La police suisse a dispersé sans ménagements samedi une manifestation d’opposants au président camerounais Paul Biya, qui se dirigeait vers l’hôtel où il séjourne actuellement à genève.
Quelques 250 personnes s’étaient rassemblées en début d’après-midi sur une place près du siège européen des Nations unies et à proximité de l’hôtel Intercontinental, brandissant des drapeaux camerounais, des pancartes et des affiches hostiles à Paul Biya.
Lorsque la foule s’est dirigée vers l’hôtel, la police, présente en force autour de l’établissement, l’a repoussée à coups de gaz lacrymogène. Un canon à eau est également intervenu pour disperser les manifestants.
« Nous, Camerounais, exigeons que le Cameroun entre dans l’ère du modernisme démocratique, alors que nous vivons depuis 37 ans sous la dictature sénile de Paul Biya », avait auparavant déclaré Robert Wanto, responsable du Conseil des Camerounais de la diaspora, qui vit en exil en France depuis près de trente ans.
« Ce dictateur a pris ses habitudes à l’hôtel Intercontinental, où il dilapide des milliards de nos francs, alors que le pays est économiquement malade. On ne peut pas l’accepter », a-t-il ajouté, faisant état d’un « ultimatum » adressé au président camerounais pour qu’il quitte les lieux, peu avant le début de la manifestation.
L’ambassade du Cameroun à Berne avait lancé une mise en garde plus tôt dans la semaine, affirmant que des Camerounais vivant en Europe se préparaient à une « violente » manifestation en Suisse samedi.
La police de Genève avait indiqué qu’elle s’attendait à une « importante » mobilisation, qui ne serait pas autorisée à approcher à moins de 500 m de l’hôtel de Paul Biya.
L’établissement était aussi protégé samedi par des membres du service de sécurité du président camerounais.

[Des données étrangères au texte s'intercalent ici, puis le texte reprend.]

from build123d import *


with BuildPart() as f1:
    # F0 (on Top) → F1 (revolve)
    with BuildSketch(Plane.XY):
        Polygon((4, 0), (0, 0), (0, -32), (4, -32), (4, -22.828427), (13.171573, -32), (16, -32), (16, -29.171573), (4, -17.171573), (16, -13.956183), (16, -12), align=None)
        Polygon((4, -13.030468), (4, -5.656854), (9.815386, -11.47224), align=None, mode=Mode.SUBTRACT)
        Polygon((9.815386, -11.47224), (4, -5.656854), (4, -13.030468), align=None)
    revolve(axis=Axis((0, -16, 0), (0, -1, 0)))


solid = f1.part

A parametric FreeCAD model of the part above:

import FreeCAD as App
import Part
import Sketcher
Q = App.Units.Quantity


def add_polygon(sketch, points):
    """Adds a closed chain of lines whose ends are joined by coincident constraints."""
    first, n = sketch.GeometryCount, len(points)
    for a, b in zip(points, points[1:] + points[:1]):
        sketch.addGeometry(Part.LineSegment(App.Vector(*a, 0), App.Vector(*b, 0)), False)
    for i in range(n):
        sketch.addConstraint(Sketcher.Constraint("Coincident", first + i, 2, first + (i + 1) % n, 1))

doc = App.newDocument("Part")
body = doc.addObject("PartDesign::Body", "Body")

# Sketch on XY plane
sketch1 = doc.addObject("Sketcher::SketchObject", "Sketch")
body.addObject(sketch1)
sketch1.AttachmentSupport = (doc.XY_Plane, [""])
sketch1.MapMode = "FlatFace"
add_polygon(sketch1, [(4, 0), (0, 0), (0, -32), (4, -32), (4, -22.828427), (13.171573, -32), (16, -32), (16, -29.171573), (4, -17.171573), (16, -13.956183), (16, -12)])  # lines 0-10
sketch1.addConstraint(Sketcher.Constraint("Horizontal", 0))
sketch1.addConstraint(Sketcher.Constraint("Vertical", 1))
sketch1.addConstraint(Sketcher.Constraint("Horizontal", 2))
sketch1.addConstraint(Sketcher.Constraint("Vertical", 3))
sketch1.addConstraint(Sketcher.Constraint("Horizontal", 5))
sketch1.addConstraint(Sketcher.Constraint("Vertical", 6))
sketch1.addConstraint(Sketcher.Constraint("Vertical", 9))
sketch1.addConstraint(Sketcher.Constraint("Coincident", 0, 2, -1, 1))
sketch1.addConstraint(Sketcher.Constraint("Parallel", 4, 7))
sketch1.addConstraint(Sketcher.Constraint("Parallel", 7, 10))
sketch1.addConstraint(Sketcher.Constraint("Horizontal", 2, 2, 4, 2))
sketch1.addConstraint(Sketcher.Constraint("Vertical", 3, 2, 7, 2))
sketch1.addConstraint(Sketcher.Constraint("Vertical", 6, 2, 8, 2))
sketch1.addConstraint(Sketcher.Constraint("Vertical", 7, 2, 10, 2))
sketch1.addConstraint(Sketcher.Constraint("Equal", 5, 6))
sketch1.addConstraint(Sketcher.Constraint("DistanceX", 0, 2, 0, 1, 4.0))
sketch1.addConstraint(Sketcher.Constraint("DistanceY", 1, 2, 1, 1, 32.0))
sketch1.addConstraint(Sketcher.Constraint("Angle", 4, Q("-45 deg")))
sketch1.addConstraint(Sketcher.Constraint("Angle", 8, Q("14.999999 deg")))
sketch1.addConstraint(Sketcher.Constraint("DistanceX", -1, 1, 5, 2, 16.0))
sketch1.addConstraint(Sketcher.Constraint("DistanceX", 5, 1, 5, 2, 2.828427))
revolution = doc.addObject("PartDesign::Revolution", "Revolution")
body.addObject(revolution)
revolution.Profile = sketch1
revolution.ReferenceAxis = (sketch1, ["V_Axis"])
revolution.Angle = 360

doc.recompute()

Cette semaine, des affrontements mineurs les avaient opposés à des petits groupes de manifestants, jusque dans le hall de l’hôtel.
Le gouvernement suisse avait convoqué jeudi l’ambassadeur camerounais pour protester contre l’agression d’un journaliste suisse couvrant ces événements par des membres présumés du service d’ordre présidentiel.
Le Cameroun, dirigé par Paul Biya, 86 ans, au pouvoir depuis 1982, est en proie à de multiples tensions.
Les séparatistes anglophones du Cameroun, pays à majorité francophone, militent pour la création d’un Etat indépendant dans l’Ouest.
Fin 2017, après un an de protestation, des séparatistes ont pris les armes contre Yaoundé. Depuis, ces régions sont le théâtre d’un conflit armé qui n’a cessé de prendre de l’ampleur, poussant plus de 530.000 personnes à quitter leur foyer, selon des chiffres de l’ONU. Et en vingt mois, le conflit a fait 1.850 morts, selon le centre d’analyses géopolitiques International Crisis Group (ICG).
Dans le Nord du pays, ce sont les jihadistes de Boko Haram qui attaquent régulièrement les forces de sécurité.
D’autre part, des manifestations sont régulièrement organisées par le Mouvement pour la renaissance du Cameroun (MRC), parti de l’opposant Maurice Kamto, depuis la présidentielle d’octobre 2018, que ce parti a qualifié de « hold-up électoral ». M. Kamto, arrivé deuxième derrière le président Biya, est en prison depuis janvier.